→ Assigned task
The lines to repeat are those below from the one containing "e39 v17 v29 LINE" down to the one containing "face CYL(AX(P(0,0,151.774469),D(0,0,-1),D(-1,0,0)),4.75) rev", both included; reproduce them exactly and nothing else.

→ Dataset content
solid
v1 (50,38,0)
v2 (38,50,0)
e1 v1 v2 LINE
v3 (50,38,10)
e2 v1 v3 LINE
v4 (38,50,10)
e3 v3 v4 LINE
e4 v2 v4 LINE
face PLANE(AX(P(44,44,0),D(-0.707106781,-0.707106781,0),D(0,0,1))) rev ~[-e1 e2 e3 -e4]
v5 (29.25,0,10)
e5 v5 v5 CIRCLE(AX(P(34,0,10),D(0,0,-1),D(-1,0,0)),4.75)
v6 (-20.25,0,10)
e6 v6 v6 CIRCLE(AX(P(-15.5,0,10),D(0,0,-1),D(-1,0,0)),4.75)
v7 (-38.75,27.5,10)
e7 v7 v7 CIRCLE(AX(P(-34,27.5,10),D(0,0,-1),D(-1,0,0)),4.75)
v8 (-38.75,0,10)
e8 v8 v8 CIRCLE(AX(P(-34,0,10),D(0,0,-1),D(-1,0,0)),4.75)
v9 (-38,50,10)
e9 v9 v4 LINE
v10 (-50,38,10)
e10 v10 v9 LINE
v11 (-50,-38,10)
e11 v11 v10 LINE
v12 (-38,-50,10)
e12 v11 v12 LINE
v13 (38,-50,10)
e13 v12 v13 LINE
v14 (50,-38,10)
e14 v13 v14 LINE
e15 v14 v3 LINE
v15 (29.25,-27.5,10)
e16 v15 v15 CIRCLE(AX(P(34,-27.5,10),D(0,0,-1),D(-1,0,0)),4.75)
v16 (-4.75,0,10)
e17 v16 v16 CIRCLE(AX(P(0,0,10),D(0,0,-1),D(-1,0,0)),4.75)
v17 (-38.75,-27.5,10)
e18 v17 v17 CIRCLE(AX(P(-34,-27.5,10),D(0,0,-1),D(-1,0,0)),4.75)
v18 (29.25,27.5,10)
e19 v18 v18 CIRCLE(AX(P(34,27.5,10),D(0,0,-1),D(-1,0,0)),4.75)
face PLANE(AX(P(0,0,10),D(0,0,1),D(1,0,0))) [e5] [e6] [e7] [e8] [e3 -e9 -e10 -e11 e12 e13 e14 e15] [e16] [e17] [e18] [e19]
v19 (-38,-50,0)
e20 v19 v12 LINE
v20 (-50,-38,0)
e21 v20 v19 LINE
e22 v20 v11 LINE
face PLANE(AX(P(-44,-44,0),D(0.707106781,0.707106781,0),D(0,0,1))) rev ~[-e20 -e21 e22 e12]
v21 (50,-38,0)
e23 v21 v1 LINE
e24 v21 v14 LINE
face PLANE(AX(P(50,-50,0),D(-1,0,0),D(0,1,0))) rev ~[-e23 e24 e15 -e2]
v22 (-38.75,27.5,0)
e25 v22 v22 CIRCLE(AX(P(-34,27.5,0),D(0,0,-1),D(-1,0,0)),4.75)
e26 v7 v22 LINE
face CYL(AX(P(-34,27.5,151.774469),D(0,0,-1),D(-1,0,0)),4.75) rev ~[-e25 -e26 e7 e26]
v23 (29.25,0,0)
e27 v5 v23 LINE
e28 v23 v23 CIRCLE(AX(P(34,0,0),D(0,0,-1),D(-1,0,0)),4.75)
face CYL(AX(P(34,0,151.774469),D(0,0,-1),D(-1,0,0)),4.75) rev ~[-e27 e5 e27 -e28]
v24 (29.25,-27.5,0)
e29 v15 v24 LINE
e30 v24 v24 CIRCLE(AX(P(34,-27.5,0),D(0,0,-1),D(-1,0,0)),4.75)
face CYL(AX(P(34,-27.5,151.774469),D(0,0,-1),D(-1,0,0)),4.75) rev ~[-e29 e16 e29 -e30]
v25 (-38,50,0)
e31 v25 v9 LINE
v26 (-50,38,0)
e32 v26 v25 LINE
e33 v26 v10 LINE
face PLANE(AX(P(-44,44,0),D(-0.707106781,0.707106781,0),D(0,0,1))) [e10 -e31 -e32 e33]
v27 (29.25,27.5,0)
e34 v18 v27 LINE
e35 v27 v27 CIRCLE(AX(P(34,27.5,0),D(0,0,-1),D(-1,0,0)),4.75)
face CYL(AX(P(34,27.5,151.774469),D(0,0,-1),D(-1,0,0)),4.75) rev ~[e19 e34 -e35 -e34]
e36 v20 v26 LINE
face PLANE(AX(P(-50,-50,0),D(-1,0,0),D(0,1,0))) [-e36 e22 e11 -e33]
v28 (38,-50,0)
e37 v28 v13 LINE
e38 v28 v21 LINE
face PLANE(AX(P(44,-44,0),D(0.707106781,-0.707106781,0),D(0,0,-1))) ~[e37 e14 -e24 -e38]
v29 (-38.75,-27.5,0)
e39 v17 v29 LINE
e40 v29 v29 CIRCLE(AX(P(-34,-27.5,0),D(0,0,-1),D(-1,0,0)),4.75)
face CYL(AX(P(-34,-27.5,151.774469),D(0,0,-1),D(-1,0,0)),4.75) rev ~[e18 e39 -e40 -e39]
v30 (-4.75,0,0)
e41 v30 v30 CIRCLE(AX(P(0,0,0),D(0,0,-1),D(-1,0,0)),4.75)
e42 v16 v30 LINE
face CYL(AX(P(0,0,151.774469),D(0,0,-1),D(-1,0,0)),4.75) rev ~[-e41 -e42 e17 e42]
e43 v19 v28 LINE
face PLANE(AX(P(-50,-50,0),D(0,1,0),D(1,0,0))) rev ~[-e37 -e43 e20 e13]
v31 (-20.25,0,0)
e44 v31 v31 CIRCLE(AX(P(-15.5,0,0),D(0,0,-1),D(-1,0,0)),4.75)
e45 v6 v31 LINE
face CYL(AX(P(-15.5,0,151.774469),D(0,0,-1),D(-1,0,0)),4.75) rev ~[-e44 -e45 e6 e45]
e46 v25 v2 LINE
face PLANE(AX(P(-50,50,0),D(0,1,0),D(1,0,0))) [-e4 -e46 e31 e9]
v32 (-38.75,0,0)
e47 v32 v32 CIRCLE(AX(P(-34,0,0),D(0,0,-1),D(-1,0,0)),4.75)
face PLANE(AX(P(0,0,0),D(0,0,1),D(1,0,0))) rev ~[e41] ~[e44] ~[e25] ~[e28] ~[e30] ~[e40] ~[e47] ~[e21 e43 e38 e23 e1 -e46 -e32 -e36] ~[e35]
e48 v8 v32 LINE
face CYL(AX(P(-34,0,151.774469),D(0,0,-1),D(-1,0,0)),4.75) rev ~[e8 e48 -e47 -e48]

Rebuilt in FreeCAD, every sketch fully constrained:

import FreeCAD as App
import Part
import Sketcher
from FreeCAD import Vector
Q = App.Units.Quantity


def edges_at(feature, points):
    """Names of the edges that pass closest to the given points."""
    edges = feature.Shape.Edges
    near = lambda p: min(range(len(edges)), key=lambda i: edges[i].distToShape(Part.Vertex(*p))[0])
    return sorted({f"Edge{near(p) + 1}" for p in points})

doc = App.newDocument("Part")
body = doc.addObject("PartDesign::Body", "Body")

sketch1 = body.newObject("Sketcher::SketchObject", "Sketch")
sketch1.AttachmentSupport = (doc.getObject("XY_Plane"), [""])
sketch1.MapMode = "FlatFace"
sketch1.addGeometry(Part.LineSegment(Vector(-50, 50, 0), Vector(-50, -50, 0)), False)
sketch1.addGeometry(Part.LineSegment(Vector(-50, -50, 0), Vector(50, -50, 0)), False)
sketch1.addGeometry(Part.LineSegment(Vector(50, -50, 0), Vector(50, 50, 0)), False)
sketch1.addGeometry(Part.LineSegment(Vector(50, 50, 0), Vector(-50, 50, 0)), False)
sketch1.addConstraint(Sketcher.Constraint("Coincident", 0, 2, 1, 1))
sketch1.addConstraint(Sketcher.Constraint("Coincident", 1, 2, 2, 1))
sketch1.addConstraint(Sketcher.Constraint("Coincident", 2, 2, 3, 1))
sketch1.addConstraint(Sketcher.Constraint("Coincident", 3, 2, 0, 1))
sketch1.addConstraint(Sketcher.Constraint("Vertical", 0))
sketch1.addConstraint(Sketcher.Constraint("Horizontal", 1))
sketch1.addConstraint(Sketcher.Constraint("Vertical", 2))
sketch1.addConstraint(Sketcher.Constraint("Horizontal", 3))
sketch1.addConstraint(Sketcher.Constraint("Symmetric", 0, 2, 2, 2, -1, 1))
sketch1.addConstraint(Sketcher.Constraint("Equal", 3, 0))
sketch1.addConstraint(Sketcher.Constraint("DistanceX", 1, 1, 1, 2, Q("100 mm")))
pad1 = body.newObject("PartDesign::Pad", "Pad")
pad1.Profile = sketch1
pad1.Length = 10
doc.recompute()

chamfer = body.newObject("PartDesign::Chamfer", "Chamfer")
chamfer.Base = (pad1, edges_at(pad1, [
    (50, -50, 5),
    (50, 50, 5),
    (-50, -50, 5),
    (-50, 50, 5),
]))
chamfer.Size = 12

sketch2 = body.newObject("Sketcher::SketchObject", "Sketch001")
sketch2.AttachmentSupport = (doc.getObject("XY_Plane"), [""])
sketch2.MapMode = "FlatFace"
sketch2.AttachmentOffset = App.Placement(Vector(0, 0, 10), App.Rotation())
sketch2.addGeometry(Part.Circle(Vector(-15.5, 0, 0), Vector(0, 0, 1), 4.8), False)
sketch2.addGeometry(Part.Circle(Vector(-34, 0, 0), Vector(0, 0, 1), 4.8), False)
sketch2.addGeometry(Part.Circle(Vector(-34, -27.5, 0), Vector(0, 0, 1), 4.8), False)
sketch2.addGeometry(Part.Circle(Vector(-34, 27.5, 0), Vector(0, 0, 1), 4.8), False)
sketch2.addGeometry(Part.Circle(Vector(34, 27.5, 0), Vector(0, 0, 1), 4.8), False)
sketch2.addGeometry(Part.Circle(Vector(34, 0, 0), Vector(0, 0, 1), 4.8), False)
sketch2.addGeometry(Part.Circle(Vector(34, -27.5, 0), Vector(0, 0, 1), 4.8), False)
sketch2.addGeometry(Part.Circle(Vector(0, 0, 0), Vector(0, 0, 1), 4.8), False)
sketch2.addConstraint(Sketcher.Constraint("Coincident", 7, 3, -1, 1))
sketch2.addConstraint(Sketcher.Constraint("Equal", 0, 1))
sketch2.addConstraint(Sketcher.Constraint("Equal", 1, 2))
sketch2.addConstraint(Sketcher.Constraint("Equal", 2, 3))
sketch2.addConstraint(Sketcher.Constraint("Equal", 3, 4))
sketch2.addConstraint(Sketcher.Constraint("Equal", 4, 5))
sketch2.addConstraint(Sketcher.Constraint("Equal", 5, 6))
sketch2.addConstraint(Sketcher.Constraint("Equal", 6, 7))
sketch2.addConstraint(Sketcher.Constraint("Symmetric", 2, 3, 4, 3, -1, 1))
sketch2.addConstraint(Sketcher.Constraint("Symmetric", 1, 3, 5, 3, -1, 1))
sketch2.addConstraint(Sketcher.Constraint("Symmetric", 3, 3, 6, 3, -1, 1))
sketch2.addConstraint(Sketcher.Constraint("Symmetric", 3, 3, 4, 3, -2))
sketch2.addConstraint(Sketcher.Constraint("PointOnObject", 0, 3, -1))
sketch2.addConstraint(Sketcher.Constraint("PointOnObject", 1, 3, -1))
sketch2.addConstraint(Sketcher.Constraint("Vertical", 1, 3, 2, 3))
sketch2.addConstraint(Sketcher.Constraint("Diameter", 0, Q("9.5 mm")))
sketch2.addConstraint(Sketcher.Constraint("DistanceX", 1, 3, -1, 1, Q("34 mm")))
sketch2.addConstraint(Sketcher.Constraint("DistanceY", 2, 3, 3, 3, Q("55 mm")))
sketch2.addConstraint(Sketcher.Constraint("DistanceX", 0, 3, -1, 1, Q("15.5 mm")))
doc.recompute()
hole = body.newObject("PartDesign::Hole", "Hole")
hole.Profile = sketch2
hole.ThreadType = "None"
hole.Diameter = 9.5
hole.DepthType = "ThroughAll"

doc.recompute()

→ Result for this task
e39 v17 v29 LINE
e40 v29 v29 CIRCLE(AX(P(-34,-27.5,0),D(0,0,-1),D(-1,0,0)),4.75)
face CYL(AX(P(-34,-27.5,151.774469),D(0,0,-1),D(-1,0,0)),4.75) rev ~[e18 e39 -e40 -e39]
v30 (-4.75,0,0)
e41 v30 v30 CIRCLE(AX(P(0,0,0),D(0,0,-1),D(-1,0,0)),4.75)
e42 v16 v30 LINE
face CYL(AX(P(0,0,151.774469),D(0,0,-1),D(-1,0,0)),4.75) rev ~[-e41 -e42 e17 e42]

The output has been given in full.